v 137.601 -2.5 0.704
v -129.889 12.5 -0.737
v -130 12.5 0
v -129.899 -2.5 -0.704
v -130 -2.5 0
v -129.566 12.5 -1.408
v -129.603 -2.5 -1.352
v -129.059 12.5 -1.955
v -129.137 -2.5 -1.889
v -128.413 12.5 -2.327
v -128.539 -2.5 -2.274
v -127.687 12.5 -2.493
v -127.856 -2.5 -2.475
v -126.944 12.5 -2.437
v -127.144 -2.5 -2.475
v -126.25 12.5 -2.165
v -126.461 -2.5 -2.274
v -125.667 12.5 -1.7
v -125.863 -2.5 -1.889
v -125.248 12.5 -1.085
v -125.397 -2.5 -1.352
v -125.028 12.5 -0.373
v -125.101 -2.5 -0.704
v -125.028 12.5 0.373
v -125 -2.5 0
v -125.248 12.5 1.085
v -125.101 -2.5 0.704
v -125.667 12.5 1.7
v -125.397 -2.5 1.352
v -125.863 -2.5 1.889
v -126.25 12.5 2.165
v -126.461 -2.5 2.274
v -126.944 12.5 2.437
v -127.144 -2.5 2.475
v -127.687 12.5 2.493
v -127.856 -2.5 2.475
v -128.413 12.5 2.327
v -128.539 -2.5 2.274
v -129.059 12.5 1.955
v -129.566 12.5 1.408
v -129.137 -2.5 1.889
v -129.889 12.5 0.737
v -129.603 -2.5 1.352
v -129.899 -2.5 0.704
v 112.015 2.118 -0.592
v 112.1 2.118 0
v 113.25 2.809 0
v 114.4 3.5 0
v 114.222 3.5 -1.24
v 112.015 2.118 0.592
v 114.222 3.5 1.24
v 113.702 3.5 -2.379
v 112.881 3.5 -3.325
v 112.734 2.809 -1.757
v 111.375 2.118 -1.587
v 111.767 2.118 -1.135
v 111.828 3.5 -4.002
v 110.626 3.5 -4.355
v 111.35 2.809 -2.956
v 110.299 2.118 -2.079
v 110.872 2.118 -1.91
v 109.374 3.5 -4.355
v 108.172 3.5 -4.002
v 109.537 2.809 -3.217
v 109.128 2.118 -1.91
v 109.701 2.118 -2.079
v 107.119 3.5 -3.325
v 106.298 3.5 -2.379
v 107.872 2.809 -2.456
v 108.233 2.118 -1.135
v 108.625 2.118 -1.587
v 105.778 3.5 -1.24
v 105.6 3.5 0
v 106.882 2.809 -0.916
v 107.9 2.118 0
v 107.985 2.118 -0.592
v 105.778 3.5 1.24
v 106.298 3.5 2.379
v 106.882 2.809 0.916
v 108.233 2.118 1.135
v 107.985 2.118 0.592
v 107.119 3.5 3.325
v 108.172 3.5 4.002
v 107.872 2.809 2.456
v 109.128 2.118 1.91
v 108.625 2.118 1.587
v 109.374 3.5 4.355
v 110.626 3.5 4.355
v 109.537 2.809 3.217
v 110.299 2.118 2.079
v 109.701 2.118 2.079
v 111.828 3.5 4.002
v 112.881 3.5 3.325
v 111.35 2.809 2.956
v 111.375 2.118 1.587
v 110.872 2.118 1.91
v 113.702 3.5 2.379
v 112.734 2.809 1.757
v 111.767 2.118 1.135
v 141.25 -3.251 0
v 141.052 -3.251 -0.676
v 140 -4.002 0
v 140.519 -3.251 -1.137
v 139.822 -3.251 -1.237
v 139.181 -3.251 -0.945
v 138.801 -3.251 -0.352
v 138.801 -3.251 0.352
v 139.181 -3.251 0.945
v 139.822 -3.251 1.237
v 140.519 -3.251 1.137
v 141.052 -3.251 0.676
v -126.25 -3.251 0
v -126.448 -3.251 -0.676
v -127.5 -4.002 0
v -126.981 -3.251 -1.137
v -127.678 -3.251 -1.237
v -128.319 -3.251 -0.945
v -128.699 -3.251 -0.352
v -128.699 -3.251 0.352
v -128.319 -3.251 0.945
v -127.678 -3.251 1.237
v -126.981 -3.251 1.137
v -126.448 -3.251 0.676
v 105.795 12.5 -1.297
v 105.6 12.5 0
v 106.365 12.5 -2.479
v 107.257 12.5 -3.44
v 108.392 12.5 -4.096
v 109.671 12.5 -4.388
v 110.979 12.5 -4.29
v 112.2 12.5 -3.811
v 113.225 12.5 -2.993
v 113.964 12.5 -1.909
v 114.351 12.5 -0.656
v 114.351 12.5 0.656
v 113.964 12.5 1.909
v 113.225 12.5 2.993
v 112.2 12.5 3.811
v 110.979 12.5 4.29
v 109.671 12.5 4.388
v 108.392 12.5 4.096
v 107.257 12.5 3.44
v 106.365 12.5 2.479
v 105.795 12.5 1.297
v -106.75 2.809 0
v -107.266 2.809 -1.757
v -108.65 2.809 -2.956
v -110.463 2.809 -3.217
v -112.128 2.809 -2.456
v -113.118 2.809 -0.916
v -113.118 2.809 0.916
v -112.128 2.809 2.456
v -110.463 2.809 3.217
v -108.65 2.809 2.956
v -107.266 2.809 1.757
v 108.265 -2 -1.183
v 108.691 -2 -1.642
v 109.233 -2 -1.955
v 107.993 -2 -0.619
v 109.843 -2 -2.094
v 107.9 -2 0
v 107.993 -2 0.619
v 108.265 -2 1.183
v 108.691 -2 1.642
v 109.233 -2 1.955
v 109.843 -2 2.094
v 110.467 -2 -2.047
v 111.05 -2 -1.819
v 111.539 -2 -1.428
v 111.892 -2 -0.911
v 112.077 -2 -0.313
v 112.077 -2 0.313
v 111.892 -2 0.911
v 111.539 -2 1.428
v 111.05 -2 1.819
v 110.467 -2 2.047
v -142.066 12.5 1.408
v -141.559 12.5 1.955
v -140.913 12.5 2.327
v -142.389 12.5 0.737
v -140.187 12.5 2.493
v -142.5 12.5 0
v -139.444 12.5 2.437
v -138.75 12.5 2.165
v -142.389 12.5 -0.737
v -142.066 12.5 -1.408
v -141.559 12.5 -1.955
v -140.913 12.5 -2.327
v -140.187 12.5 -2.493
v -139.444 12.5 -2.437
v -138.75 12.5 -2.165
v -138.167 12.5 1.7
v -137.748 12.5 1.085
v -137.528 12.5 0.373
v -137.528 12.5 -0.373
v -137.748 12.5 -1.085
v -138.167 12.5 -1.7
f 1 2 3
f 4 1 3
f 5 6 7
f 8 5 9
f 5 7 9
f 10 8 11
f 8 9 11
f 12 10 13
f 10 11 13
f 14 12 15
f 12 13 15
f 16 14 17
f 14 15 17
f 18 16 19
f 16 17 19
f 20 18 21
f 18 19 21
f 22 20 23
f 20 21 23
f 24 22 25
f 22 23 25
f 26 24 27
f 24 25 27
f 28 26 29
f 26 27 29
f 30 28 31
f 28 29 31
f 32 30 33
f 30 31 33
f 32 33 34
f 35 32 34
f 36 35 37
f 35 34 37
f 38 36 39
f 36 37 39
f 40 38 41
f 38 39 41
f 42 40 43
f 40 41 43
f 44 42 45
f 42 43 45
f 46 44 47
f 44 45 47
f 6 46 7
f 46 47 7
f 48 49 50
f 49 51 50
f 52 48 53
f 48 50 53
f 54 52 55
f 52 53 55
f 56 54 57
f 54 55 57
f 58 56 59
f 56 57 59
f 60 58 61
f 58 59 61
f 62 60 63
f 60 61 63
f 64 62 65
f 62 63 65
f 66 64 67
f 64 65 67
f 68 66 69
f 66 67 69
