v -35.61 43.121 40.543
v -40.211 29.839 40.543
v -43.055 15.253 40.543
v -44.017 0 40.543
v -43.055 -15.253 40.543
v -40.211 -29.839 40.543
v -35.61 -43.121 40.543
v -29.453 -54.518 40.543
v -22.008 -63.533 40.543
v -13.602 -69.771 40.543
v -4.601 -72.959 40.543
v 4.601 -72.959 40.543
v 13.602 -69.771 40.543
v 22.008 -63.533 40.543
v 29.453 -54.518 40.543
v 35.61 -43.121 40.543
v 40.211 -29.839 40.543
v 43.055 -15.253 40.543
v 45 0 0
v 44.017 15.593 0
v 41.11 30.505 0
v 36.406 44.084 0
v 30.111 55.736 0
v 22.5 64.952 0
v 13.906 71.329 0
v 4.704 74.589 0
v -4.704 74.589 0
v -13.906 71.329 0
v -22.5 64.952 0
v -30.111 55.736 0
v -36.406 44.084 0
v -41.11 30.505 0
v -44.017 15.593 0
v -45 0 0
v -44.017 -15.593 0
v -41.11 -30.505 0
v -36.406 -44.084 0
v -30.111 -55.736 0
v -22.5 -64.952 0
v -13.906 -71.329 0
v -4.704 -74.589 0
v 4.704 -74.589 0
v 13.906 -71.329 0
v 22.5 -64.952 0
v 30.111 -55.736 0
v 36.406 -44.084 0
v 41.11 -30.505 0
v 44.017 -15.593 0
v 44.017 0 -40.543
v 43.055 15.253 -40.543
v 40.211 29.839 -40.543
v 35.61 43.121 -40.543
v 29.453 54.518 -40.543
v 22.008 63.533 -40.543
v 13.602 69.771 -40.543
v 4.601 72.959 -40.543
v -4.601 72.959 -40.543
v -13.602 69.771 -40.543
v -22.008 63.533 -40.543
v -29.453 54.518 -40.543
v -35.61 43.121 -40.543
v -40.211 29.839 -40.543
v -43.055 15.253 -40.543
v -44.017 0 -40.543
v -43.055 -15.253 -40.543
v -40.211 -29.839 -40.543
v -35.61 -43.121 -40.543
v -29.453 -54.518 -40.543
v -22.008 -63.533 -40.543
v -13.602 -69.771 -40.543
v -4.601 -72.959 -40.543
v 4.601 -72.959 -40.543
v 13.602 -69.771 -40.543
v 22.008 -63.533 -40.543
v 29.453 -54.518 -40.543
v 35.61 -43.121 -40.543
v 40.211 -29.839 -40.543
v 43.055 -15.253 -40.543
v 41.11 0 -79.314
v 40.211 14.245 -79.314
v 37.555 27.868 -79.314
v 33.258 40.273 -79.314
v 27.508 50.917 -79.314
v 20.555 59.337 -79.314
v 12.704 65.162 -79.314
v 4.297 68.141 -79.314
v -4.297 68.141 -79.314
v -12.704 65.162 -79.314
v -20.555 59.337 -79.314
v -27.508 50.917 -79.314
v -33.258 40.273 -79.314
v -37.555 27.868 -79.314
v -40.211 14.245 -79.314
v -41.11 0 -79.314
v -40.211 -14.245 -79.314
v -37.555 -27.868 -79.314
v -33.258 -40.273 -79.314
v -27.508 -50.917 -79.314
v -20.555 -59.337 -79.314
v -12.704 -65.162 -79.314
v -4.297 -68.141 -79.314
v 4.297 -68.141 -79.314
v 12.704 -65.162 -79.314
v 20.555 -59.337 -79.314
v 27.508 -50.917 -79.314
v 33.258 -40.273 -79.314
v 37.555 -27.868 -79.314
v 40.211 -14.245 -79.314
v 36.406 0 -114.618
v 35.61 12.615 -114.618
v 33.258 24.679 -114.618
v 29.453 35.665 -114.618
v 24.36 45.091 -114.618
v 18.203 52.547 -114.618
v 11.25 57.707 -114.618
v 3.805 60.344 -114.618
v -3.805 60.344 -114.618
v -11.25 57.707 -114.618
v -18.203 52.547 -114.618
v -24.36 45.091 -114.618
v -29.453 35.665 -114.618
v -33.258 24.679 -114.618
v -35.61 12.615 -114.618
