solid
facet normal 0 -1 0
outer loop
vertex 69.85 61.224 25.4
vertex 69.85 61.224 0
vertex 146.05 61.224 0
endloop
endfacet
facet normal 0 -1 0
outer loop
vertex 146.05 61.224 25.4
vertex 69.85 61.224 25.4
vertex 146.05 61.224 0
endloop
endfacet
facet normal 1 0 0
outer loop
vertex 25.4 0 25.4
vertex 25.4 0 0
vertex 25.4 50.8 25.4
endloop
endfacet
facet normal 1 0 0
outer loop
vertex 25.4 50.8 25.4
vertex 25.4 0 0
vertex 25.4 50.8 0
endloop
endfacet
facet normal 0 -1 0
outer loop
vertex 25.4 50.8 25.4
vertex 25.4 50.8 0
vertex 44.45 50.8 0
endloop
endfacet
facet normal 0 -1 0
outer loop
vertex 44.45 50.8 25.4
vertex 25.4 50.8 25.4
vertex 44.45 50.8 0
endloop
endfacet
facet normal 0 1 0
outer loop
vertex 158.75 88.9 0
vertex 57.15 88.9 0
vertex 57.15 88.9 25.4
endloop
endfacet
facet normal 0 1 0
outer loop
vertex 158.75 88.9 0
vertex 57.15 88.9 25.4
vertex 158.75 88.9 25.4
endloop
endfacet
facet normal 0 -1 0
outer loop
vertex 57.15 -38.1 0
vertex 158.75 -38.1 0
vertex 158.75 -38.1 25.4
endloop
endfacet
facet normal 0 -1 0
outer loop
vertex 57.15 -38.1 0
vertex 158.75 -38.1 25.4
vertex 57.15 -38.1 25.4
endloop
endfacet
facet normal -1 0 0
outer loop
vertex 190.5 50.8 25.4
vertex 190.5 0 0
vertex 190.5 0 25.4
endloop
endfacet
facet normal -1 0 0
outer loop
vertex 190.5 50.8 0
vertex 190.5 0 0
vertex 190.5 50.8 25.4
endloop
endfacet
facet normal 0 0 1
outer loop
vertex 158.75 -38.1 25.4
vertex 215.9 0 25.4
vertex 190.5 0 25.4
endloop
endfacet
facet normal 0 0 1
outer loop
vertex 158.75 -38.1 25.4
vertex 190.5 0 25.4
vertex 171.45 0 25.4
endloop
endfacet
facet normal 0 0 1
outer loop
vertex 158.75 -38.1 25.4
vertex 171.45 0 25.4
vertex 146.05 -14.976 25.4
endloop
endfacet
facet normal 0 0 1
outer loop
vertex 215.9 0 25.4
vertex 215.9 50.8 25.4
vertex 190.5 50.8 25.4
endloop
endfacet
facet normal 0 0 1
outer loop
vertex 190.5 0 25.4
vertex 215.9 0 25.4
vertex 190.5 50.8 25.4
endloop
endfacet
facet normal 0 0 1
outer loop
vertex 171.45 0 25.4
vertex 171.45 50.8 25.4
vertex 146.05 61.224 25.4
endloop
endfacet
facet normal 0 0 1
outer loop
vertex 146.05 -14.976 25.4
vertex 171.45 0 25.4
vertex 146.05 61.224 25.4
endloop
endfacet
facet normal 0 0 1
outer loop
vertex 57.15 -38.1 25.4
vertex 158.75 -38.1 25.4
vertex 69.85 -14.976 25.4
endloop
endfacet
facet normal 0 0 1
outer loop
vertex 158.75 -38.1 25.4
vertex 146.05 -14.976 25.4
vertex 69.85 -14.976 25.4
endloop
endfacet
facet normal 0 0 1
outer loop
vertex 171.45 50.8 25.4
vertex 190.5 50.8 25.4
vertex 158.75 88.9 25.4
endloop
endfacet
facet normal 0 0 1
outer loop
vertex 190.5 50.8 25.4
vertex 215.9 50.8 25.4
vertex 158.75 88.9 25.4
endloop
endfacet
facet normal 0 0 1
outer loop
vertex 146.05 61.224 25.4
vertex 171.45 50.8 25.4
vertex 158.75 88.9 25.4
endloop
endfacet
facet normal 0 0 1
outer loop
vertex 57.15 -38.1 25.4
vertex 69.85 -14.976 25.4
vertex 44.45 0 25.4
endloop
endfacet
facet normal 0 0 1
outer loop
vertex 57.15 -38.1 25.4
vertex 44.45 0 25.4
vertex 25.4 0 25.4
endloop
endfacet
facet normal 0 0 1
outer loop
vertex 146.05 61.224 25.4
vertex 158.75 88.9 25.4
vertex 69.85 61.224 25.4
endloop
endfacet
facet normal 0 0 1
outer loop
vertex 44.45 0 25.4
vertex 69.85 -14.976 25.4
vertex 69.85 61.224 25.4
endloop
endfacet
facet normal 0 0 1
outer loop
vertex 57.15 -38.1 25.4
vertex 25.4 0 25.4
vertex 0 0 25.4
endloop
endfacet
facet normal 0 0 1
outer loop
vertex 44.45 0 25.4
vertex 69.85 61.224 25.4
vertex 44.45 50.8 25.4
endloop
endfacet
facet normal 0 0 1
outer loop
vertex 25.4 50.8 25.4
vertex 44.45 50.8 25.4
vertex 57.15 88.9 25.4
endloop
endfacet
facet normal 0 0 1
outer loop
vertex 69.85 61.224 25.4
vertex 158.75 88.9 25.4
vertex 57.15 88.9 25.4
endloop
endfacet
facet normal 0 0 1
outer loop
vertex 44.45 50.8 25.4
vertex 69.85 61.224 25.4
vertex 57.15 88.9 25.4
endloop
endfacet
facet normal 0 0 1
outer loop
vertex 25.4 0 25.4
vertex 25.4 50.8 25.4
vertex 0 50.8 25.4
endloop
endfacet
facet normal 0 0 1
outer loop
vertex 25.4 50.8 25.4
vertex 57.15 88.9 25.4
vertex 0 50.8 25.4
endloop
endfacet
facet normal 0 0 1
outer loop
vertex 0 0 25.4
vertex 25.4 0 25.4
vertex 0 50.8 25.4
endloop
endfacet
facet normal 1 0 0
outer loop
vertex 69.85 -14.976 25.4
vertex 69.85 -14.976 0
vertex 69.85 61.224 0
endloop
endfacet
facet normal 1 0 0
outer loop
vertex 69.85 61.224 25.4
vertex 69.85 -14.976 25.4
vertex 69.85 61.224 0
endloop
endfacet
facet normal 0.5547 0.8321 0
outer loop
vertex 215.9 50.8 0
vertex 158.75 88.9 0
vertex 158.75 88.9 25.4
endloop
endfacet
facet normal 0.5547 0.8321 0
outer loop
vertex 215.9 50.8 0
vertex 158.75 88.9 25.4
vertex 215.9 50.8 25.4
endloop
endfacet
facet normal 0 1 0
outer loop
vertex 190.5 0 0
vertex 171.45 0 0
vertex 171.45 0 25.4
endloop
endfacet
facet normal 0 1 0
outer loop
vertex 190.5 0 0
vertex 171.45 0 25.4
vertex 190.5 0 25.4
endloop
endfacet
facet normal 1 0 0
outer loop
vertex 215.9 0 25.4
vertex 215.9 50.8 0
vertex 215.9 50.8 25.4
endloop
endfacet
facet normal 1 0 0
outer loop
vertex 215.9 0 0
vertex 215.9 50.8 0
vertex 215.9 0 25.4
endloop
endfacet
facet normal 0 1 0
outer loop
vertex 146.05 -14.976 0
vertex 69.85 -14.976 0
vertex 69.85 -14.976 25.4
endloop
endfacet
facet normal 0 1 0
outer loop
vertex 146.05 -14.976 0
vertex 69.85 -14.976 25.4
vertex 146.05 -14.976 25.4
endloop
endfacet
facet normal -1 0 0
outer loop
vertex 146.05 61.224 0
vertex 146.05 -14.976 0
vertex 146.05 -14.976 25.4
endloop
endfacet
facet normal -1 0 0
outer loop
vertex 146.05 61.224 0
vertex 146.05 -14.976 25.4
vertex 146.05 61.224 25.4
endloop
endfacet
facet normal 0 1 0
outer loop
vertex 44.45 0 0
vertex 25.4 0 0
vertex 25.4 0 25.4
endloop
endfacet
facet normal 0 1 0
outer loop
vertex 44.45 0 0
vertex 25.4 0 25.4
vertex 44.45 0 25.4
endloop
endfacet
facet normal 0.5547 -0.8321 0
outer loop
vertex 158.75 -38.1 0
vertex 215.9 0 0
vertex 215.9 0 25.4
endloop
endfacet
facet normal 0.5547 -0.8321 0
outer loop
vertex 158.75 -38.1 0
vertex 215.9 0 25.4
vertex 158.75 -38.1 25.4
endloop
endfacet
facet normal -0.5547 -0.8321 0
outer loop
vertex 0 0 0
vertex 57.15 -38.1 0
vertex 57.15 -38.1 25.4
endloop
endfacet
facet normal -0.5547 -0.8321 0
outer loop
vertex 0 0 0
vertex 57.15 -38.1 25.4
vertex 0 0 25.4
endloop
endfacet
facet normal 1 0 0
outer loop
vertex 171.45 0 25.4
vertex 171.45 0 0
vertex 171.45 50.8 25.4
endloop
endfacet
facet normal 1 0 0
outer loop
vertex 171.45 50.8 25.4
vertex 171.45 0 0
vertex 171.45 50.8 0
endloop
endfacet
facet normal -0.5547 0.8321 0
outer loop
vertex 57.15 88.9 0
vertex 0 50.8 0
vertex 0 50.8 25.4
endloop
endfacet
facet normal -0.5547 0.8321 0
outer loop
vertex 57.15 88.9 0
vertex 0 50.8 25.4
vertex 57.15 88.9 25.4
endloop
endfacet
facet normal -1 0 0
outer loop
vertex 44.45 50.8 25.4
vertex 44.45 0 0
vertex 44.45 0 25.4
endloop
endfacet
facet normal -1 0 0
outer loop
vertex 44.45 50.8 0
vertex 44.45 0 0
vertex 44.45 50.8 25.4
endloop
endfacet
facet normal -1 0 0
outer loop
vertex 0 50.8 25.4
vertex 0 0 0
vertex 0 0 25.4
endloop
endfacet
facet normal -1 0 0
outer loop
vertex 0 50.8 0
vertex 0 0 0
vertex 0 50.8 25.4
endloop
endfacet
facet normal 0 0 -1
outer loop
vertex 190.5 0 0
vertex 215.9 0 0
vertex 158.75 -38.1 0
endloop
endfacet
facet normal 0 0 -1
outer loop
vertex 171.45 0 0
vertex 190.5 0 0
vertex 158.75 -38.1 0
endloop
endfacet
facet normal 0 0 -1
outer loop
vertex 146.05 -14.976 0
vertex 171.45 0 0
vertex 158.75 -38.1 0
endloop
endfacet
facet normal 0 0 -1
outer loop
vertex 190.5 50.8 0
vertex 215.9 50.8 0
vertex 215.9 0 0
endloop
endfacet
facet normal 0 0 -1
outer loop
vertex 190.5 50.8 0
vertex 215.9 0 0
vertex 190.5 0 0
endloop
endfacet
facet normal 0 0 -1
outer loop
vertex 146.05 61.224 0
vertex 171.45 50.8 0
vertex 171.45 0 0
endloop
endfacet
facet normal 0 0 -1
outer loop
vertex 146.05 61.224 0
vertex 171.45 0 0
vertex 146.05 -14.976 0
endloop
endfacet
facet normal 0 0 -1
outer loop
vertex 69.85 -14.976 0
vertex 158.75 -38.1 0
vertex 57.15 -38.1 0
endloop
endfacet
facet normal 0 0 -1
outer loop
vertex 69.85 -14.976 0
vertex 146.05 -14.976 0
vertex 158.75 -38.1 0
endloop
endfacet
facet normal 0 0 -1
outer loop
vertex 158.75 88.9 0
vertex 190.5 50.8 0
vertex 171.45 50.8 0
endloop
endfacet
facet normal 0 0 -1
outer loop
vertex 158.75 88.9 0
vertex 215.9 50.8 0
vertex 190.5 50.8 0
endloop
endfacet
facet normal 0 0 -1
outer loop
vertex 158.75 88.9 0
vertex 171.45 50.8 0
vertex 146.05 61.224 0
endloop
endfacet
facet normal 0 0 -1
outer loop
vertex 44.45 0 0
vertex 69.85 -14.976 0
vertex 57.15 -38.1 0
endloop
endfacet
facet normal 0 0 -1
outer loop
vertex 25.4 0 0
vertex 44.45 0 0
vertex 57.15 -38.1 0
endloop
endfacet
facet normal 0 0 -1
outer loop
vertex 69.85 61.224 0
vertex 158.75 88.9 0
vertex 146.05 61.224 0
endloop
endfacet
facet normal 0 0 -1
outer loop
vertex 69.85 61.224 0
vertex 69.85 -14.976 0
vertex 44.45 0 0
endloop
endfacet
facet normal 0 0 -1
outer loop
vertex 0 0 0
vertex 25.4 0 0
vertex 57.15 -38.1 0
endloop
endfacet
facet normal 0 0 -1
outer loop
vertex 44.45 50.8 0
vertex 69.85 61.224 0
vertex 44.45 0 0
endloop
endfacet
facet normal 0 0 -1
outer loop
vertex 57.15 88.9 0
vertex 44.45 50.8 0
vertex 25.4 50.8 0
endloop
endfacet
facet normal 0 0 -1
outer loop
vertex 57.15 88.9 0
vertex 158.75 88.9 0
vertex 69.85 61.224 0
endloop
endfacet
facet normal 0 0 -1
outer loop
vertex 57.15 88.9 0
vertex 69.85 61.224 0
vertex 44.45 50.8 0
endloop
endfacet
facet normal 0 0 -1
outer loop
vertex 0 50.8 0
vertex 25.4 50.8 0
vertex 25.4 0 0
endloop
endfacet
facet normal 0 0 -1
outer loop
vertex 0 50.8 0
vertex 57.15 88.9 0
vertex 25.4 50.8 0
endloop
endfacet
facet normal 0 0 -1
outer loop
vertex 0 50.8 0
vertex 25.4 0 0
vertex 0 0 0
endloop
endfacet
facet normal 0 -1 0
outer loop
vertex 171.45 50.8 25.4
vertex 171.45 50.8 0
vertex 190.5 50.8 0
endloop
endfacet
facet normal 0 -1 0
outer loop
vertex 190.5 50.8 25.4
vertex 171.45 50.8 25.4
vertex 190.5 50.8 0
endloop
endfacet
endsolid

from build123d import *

# Parameters (mm, degrees)
SKETCH1_W           = 19.05
SKETCH1_H           = 50.8
SKETCH1_W_2         = 76.2
SKETCH1_H_2         = 76.2
BOSS_EXTRUDE1_DEPTH = 25.4


with BuildPart() as part:
    # Sketch1 → Boss-Extrude1 (new body)
    with BuildSketch(Plane.XY):
        Polygon((0, 0), (0, 50.8), (57.15, 88.9), (158.75, 88.9), (215.9, 50.8), (215.9, 0), (158.75, -38.1), (57.15, -38.1), align=None)
        with Locations((34.925, 25.4)):
            Rectangle(SKETCH1_W, SKETCH1_H, mode=Mode.SUBTRACT)
        with Locations((107.95, 23.124358826)):
            Rectangle(SKETCH1_W_2, SKETCH1_H_2, mode=Mode.SUBTRACT)
        with Locations((180.975, 25.4)):
            Rectangle(SKETCH1_W, SKETCH1_H, mode=Mode.SUBTRACT)
    extrude(amount=BOSS_EXTRUDE1_DEPTH)


solid = part.part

:::::

- _TASK BRIEF_: What is needed is an exact copy of the entries from their first line down to the line with "v -125.248 12.5 -1.085", that line included, and nothing beyond it.

- _YOUR SOLUTION_:
v 137.601 -2.5 0.704
v -129.889 12.5 -0.737
v -130 12.5 0
v -129.899 -2.5 -0.704
v -130 -2.5 0
v -129.566 12.5 -1.408
v -129.603 -2.5 -1.352
v -129.059 12.5 -1.955
v -129.137 -2.5 -1.889
v -128.413 12.5 -2.327
v -128.539 -2.5 -2.274
v -127.687 12.5 -2.493
v -127.856 -2.5 -2.475
v -126.944 12.5 -2.437
v -127.144 -2.5 -2.475
v -126.25 12.5 -2.165
v -126.461 -2.5 -2.274
v -125.667 12.5 -1.7
v -125.863 -2.5 -1.889
v -125.248 12.5 -1.085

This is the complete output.